Setup: Windows 10 Pro - 64 Bit, i5-4200 1.60 Ghz, 8 GB RAM MongoDB: 4.0.9 Node: 10.15.3 Mongoose: 5.6.7

--- 1000 users --- cleaning db clean-db: 1038.437ms db cleaned adding 1000 users to the database add-data: 2612.337ms finished populating the database with 1000 users default_query: 101.963ms query_with_index: 105.521ms query_with_select: 55.886ms query_with_select_index: 63.948ms lean_query: 9.716ms lean_with_index: 10.973ms lean_with_select: 6.273ms lean_select_index: 6.862ms

--- 10,000 Users --- cleaning db clean-db: 1089.016ms db cleaned adding 10000 users to the database add-data: 13048.575ms finished populating the database with 10000 users default_query: 420.900ms query_with_index: 347.501ms query_with_select: 286.511ms query_with_select_index: 161.172ms lean_query: 89.424ms lean_with_index: 142.019ms lean_with_select: 35.976ms lean_select_index: 47.051ms

--- 100,000 users --- cleaning db clean-db: 1500.448ms db cleaned adding 100000 users to the database add-data: 128033.892ms finished populating the database with 100000 users default_query: 2927.131ms query_with_index: 2528.479ms query_with_select: 1677.231ms query_with_select_index: 1600.110ms lean_query: 1002.164ms lean_with_index: 935.286ms lean_with_select: 351.627ms lean_select_index: 385.114ms

Quick % workout shows... image

If I execute the same query with Compass (not lean queries), I get varying results everytime!

sgatade commented 5 years ago

Anyone knows how to capture console.timeEnd output to a variable?

khaledosman commented 5 years ago

@sgatade you can use the performance API instead

const { performance } = require('perf_hooks');
const t1 = performance.now()
// do some work
const t2 = performance.now()
const timeConsumed = t2-t1
sgatade commented 5 years ago

@khaledosman This works perfect! Thanks!!!

vkarpov15 commented 5 years ago

I looked a little more closely and I think this behavior is expected - your index on favoriteFruit is not very selective. If you use an index that doesn't meaningfully reduce the number of documents to scan, indexes won't help much, and may even hurt a little.

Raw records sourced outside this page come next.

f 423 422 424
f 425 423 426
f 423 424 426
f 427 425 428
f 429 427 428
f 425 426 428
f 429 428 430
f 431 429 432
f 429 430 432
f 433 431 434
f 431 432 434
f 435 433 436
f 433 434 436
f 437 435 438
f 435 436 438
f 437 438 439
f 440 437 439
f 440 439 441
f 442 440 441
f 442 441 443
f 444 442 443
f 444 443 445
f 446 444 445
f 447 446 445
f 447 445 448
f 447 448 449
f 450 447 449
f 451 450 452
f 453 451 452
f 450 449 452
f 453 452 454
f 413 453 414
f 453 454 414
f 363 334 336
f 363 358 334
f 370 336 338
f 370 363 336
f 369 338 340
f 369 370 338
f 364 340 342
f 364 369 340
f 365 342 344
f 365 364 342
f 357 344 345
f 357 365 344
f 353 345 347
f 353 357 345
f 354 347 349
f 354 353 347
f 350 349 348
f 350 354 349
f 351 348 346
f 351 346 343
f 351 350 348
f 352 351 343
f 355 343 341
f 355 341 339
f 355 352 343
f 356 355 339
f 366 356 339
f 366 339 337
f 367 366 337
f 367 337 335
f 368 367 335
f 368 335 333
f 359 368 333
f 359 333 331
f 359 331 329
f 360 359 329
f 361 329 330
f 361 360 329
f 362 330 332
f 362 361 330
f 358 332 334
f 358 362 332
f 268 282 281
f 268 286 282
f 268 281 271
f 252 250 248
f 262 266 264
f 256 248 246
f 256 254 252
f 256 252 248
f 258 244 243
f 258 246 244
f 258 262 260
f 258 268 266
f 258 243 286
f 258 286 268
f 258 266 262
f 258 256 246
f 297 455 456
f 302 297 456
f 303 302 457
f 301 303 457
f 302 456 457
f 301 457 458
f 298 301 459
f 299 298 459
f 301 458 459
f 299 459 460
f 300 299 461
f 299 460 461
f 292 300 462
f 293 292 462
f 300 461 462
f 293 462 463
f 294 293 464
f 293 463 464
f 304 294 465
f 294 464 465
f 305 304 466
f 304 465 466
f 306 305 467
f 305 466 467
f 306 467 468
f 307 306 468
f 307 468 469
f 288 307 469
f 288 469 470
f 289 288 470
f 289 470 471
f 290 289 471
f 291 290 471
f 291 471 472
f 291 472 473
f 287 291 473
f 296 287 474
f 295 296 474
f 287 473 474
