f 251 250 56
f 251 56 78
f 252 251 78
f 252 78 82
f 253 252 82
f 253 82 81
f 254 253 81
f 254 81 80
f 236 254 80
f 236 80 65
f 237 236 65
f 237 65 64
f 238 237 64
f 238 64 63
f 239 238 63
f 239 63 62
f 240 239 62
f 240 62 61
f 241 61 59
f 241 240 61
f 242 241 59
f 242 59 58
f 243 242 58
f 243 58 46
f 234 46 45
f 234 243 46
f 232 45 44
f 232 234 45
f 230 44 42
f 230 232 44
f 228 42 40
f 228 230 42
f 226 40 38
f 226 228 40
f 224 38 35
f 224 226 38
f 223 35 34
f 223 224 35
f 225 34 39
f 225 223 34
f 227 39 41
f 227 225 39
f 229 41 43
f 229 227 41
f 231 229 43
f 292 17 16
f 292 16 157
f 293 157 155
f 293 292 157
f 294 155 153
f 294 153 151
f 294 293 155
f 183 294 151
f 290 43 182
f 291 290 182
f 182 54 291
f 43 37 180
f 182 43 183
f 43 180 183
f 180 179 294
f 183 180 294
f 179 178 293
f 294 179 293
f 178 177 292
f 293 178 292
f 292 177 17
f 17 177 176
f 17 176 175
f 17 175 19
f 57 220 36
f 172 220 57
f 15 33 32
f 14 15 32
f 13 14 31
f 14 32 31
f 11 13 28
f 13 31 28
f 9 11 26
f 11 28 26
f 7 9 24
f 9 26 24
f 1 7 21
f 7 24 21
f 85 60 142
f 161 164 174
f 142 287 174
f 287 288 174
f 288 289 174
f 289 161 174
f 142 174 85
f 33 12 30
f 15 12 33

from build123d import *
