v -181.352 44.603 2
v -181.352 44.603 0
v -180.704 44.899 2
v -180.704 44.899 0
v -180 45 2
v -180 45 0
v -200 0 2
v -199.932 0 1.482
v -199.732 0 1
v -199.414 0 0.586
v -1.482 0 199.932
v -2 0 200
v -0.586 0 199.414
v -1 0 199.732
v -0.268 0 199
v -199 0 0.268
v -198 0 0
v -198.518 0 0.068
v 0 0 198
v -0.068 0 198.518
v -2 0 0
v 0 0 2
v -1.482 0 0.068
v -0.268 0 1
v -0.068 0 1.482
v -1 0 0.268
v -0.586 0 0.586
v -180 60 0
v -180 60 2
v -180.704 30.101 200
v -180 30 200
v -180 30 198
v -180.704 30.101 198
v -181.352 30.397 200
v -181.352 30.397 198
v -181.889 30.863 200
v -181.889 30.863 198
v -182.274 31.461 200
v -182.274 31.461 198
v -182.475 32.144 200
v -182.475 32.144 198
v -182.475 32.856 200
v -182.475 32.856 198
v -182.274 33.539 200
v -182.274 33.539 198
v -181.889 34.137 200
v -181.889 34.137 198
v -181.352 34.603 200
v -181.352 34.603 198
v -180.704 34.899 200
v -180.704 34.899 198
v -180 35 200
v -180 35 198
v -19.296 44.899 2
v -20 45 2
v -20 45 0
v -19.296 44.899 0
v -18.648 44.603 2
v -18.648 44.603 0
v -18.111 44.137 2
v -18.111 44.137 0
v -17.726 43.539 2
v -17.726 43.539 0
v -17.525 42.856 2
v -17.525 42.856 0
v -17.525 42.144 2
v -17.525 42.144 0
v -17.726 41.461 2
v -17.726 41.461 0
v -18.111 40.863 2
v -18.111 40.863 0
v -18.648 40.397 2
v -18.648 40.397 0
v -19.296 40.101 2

FWIW, here's the results I get:

$ npm start

> mongo-performance-expirements@1.0.0 start /home/val/Workspace/MongoDB/troubleshoot-mongoose/mongo-performance-expirements
> nodemon index.js

[nodemon] 1.19.1
[nodemon] to restart at any time, enter `rs`
[nodemon] watching: *.*
[nodemon] starting `node index.js`
cleaning db
db cleaned
adding 100000 users to the database
finished populating the database with 100000 users
default_query: 2846.891ms
query_with_index: 2084.971ms
query_with_select: 1369.877ms
query_with_select_index: 1266.956ms
lean_query: 673.973ms
lean_with_index: 726.519ms
lean_with_select: 283.254ms
lean_select_index: 268.205ms

2nd run:

$ npm start

> mongo-performance-expirements@1.0.0 start /home/val/Workspace/MongoDB/troubleshoot-mongoose/mongo-performance-expirements
> nodemon index.js

[nodemon] 1.19.1
[nodemon] to restart at any time, enter `rs`
[nodemon] watching: *.*
[nodemon] starting `node index.js`
cleaning db
db cleaned
adding 100000 users to the database
finished populating the database with 100000 users
default_query: 2146.956ms
query_with_index: 1968.163ms
query_with_select: 1276.897ms
query_with_select_index: 1174.065ms
lean_query: 696.918ms
lean_with_index: 670.894ms
lean_with_select: 287.297ms
lean_select_index: 267.219ms
khaledosman commented 5 years ago

hmm thanks for looking into this, but in that case isn't a 50% decrease in the number of documents to scan selective enough?

vkarpov15 commented 5 years ago

I'm guessing not. Im not an expert on mongidb's query executor but in my experience indexes need to be much more selective to get a big performance win.